# Quick tip to make your blower very quiet



## Chad Holst (Mar 11, 2014)

I recently installed a modified HF dust collection system. The trick I learned..I used the exhaust from the blower to "push" the air into my home made thein baffle, using the HF cyclone that comes with the system. Rather than pulled it through the chip separator. I placed round filters at the end of the system to trap the .1 micron dust. It acts as a muffler and the noise is about 10% the factory settings up.


----------



## woodnthings (Jan 24, 2009)

*Let's see now ....*

You separated the motor/blower ... which it already is. This blower pushes the dust into the HF separator/cyclone .... which it already does. Then the dust is *pushed* through the Thein baffle, rather than pulled through before the HF separator/cyclone. Then the dust enters into your "round filters".

So, you changed the position of the Thein to "after" rather than "before"? Is it that simple? :surprise2:

I found some photos in this thread where you replied:
http://www.woodworkingtalk.com/f32/dust-collecrion-system-design-help-wanted-158561/#post1586873


----------



## Chad Holst (Mar 11, 2014)

Yah, that's my pictures. Yep..that simple. I thought something was wrong when I first turned it on. It really is super quiet.


----------



## Bellarosecabinets (Jan 28, 2017)

That is a cool idea then you can use a trash liner. The trash can is pressurized not under vacuum. great idea!!!


----------



## difalkner (Nov 27, 2011)

That's pretty cool!! Got any video with good audio? On YouTube, maybe...?


----------



## Bellarosecabinets (Jan 28, 2017)

No high cost system does it that way I wonder why?


----------



## Bellarosecabinets (Jan 28, 2017)

Cyclone always have the fan after the cyclone and non 2 stage are fan then fillers so wood chips go through to the fan. I wonder why from a engineering stand point this is?

As for my system I have cyclone but it is 15 feet way from my Grizzly G0548ZP - 2HP Canister Dust Collector with Aluminum Impeller. the cyclone is right next to the planer.


----------



## TomCT2 (May 16, 2014)

if I understand correctly, all the dust&chips actually go through the fan blades with this set-up.

which is fine - the blades will wear a bit, they will probably get some dust caked on the lead edges which reduces efficient - but if you have the potential for little chunks of things to get sucked up in the stream , , , "chunks" and high speed fan blades do not play well together.


----------



## ORBlackFZ1 (Dec 25, 2013)

Chad Holst said:


> I recently installed a modified HF dust collection system.
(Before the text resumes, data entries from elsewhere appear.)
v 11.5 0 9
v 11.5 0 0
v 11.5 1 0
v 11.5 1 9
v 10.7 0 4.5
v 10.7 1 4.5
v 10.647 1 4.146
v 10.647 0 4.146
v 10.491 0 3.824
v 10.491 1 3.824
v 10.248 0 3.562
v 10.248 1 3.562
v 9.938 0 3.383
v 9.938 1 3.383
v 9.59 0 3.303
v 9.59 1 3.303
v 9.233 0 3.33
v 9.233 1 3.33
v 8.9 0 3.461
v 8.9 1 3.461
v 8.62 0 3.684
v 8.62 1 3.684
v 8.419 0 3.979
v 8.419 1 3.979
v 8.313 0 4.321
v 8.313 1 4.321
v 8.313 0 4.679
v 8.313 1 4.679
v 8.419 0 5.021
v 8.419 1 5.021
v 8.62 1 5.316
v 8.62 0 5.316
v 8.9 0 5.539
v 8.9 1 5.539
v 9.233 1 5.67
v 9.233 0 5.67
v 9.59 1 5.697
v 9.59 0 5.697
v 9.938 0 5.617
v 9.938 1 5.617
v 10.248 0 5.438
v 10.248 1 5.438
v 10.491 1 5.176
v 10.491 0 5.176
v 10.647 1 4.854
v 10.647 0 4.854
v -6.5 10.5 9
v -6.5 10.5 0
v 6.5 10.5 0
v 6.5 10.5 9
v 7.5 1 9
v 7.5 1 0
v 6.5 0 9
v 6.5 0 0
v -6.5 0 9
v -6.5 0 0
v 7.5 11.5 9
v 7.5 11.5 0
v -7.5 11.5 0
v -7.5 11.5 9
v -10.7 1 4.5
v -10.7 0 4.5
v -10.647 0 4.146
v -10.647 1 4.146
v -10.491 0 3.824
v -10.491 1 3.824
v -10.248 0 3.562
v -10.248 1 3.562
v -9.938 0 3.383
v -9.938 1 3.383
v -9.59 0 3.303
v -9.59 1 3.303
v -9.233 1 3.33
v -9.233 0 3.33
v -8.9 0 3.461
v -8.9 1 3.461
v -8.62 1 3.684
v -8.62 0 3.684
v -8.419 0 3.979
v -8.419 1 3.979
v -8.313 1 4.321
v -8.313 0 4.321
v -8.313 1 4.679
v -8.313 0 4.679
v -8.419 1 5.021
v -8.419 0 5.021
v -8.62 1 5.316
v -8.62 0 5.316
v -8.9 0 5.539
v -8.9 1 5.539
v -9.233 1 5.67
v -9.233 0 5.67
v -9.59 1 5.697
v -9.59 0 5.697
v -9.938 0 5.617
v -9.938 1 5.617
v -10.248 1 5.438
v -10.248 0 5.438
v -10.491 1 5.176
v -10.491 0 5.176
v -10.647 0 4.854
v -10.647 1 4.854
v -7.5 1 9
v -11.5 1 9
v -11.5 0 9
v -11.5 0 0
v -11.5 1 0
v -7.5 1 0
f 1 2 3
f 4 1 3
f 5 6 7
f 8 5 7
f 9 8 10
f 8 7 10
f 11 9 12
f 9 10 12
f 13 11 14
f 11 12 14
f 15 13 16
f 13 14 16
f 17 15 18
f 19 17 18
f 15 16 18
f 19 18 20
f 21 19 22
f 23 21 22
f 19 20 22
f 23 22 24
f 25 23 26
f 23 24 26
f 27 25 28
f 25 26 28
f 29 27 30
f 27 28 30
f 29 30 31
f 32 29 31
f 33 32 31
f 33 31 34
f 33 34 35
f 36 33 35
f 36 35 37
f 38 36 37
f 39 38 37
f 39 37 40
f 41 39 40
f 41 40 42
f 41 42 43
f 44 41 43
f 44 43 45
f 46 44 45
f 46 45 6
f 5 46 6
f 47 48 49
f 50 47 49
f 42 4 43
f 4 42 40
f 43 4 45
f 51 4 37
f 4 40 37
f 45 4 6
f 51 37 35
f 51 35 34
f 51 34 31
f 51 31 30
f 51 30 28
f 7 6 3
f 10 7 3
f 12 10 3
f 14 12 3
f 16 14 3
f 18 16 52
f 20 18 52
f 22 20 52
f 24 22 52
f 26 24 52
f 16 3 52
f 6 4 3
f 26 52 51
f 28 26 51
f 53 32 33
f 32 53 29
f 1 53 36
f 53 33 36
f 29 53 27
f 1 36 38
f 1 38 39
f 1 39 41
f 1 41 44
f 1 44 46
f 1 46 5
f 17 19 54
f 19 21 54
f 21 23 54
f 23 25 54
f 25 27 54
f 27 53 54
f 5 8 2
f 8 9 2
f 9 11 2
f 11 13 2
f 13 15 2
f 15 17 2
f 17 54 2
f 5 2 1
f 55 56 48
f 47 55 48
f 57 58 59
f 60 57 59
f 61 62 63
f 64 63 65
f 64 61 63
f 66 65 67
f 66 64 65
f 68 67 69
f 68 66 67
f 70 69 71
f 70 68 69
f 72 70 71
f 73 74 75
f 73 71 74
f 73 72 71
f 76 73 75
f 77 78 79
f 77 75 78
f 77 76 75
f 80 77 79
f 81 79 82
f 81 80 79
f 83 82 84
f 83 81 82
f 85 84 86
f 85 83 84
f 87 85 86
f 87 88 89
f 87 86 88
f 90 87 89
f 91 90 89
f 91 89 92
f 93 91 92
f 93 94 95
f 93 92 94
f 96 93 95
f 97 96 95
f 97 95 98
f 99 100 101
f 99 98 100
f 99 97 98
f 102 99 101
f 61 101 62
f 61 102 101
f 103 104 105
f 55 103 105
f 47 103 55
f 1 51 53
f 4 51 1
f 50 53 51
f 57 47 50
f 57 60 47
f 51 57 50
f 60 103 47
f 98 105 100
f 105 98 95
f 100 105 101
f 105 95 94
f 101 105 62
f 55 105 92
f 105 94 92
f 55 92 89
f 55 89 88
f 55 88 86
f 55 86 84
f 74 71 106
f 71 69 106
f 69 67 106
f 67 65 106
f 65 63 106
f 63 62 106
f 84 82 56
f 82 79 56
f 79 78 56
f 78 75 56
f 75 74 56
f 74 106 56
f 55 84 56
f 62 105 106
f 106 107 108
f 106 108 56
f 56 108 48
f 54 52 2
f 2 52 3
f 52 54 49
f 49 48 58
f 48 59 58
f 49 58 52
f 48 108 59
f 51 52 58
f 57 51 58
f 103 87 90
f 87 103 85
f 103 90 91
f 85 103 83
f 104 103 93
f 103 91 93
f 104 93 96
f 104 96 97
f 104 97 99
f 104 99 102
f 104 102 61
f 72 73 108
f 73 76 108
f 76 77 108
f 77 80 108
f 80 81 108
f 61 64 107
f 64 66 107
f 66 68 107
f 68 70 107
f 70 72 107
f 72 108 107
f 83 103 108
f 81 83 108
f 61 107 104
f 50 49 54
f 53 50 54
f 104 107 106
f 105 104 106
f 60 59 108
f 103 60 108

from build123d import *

# Parameters (mm, degrees)
BOSS_EXTRUDE1_DEPTH = 9
SKETCH2_R           = 1.2
CUT_EXTRUDE1_DEPTH  = 29


with BuildPart() as part:
    # Sketch1 → Boss-Extrude1 (new body)
    with BuildSketch(Plane.XY):
        Polygon((7.5, 1), (7.5, 11.5), (-7.5, 11.5), (-7.5, 1), (-11.5, 1), (-11.5, 0), (-6.5, 0), (-6.5, 10.5), (6.5, 10.5), (6.5, 0), (11.5, 0), (11.5, 1), align=None)
    extrude(amount=BOSS_EXTRUDE1_DEPTH)

    # Sketch2 → Cut-Extrude1 (cut)
    with BuildSketch(Plane(origin=(0, 1, 0), x_dir=(1, 0, 0), z_dir=(0, 1, 0))):
        with Locations((9.5, -4.5)):
            Circle(SKETCH2_R)
    cut_extrude1 = extrude(amount=-CUT_EXTRUDE1_DEPTH, mode=Mode.SUBTRACT)

    # Mirror1: Cut-Extrude1 across plane
    add(cut_extrude1.mirror(Plane(origin=(0, 0, 0), x_dir=(0, 0, 1), z_dir=(1, 0, 0))), mode=Mode.SUBTRACT)


solid = part.part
The trick I learned..I used the exhaust from the blower to "push" the air into my home made thein baffle, using the HF cyclone that comes with the system. Rather than pulled it through the chip separator. I placed round filters at the end of the system to trap the .1 micron dust. It acts as a muffler and the noise is about 10% the factory settings up.


Chad:

You get an A+ for thinking "out of the box". You have reduced the noise level.

My goal for adding a pre-separator to my dust collector was to reduce the filter clogging and therefore reduce the filter cleaning time.

The primary reason that the pre-separator (cyclone, thein top hat, dust deputy, etc) is placed before the blower is to keep chips from going through the blower and into the filter. The chips slow down in the pre-separator and are dropped to the bottom of the pre-separator before they get to the blower. This saves wear and tear on the blower and keeps the filter cleaner. It also makes the blower slightly more efficient, since it only has to move air with fine dust in it.

Use your system for a while and let us know how often you have to clean the filter. When I added a Thien Top Hat to my dust collector, I reduced the time spent cleaning my filter significantly. You can find more information at the following thread.
http://www.woodworkingtalk.com/f32/pipe-diameter-vs-performance-59625/

Here is the post for the measurements on how much dust fines got past the pre-separator:
http://www.woodworkingtalk.com/f32/pipe-diameter-vs-performance-59625/index2/#post827313

Your post gets me thinking. Can we reduce the nose by adding the pre-separator after the blower and also put a pre-separator before the blower to reduce filter clogging? Very interesting.....that starts a whole another discussion....what are the downsides to doing this?

Eric


----------



## TimPa (Jan 27, 2010)

dust collector components are designed for pressurized or vacuum applications. if the component was designed for a vacuum system (before the fan) as most are, but is placed in a pressurized situation, the seals are likely going to be compromised. this may not be a large problem or even visibly obvious, but will encounter more leakage than if a placed in a vacuum system. typically the fan blades are steel in positive pressure systems also.


if you are able to bolster the seals to not leak, it will at least not be blowing dust into the air.


----------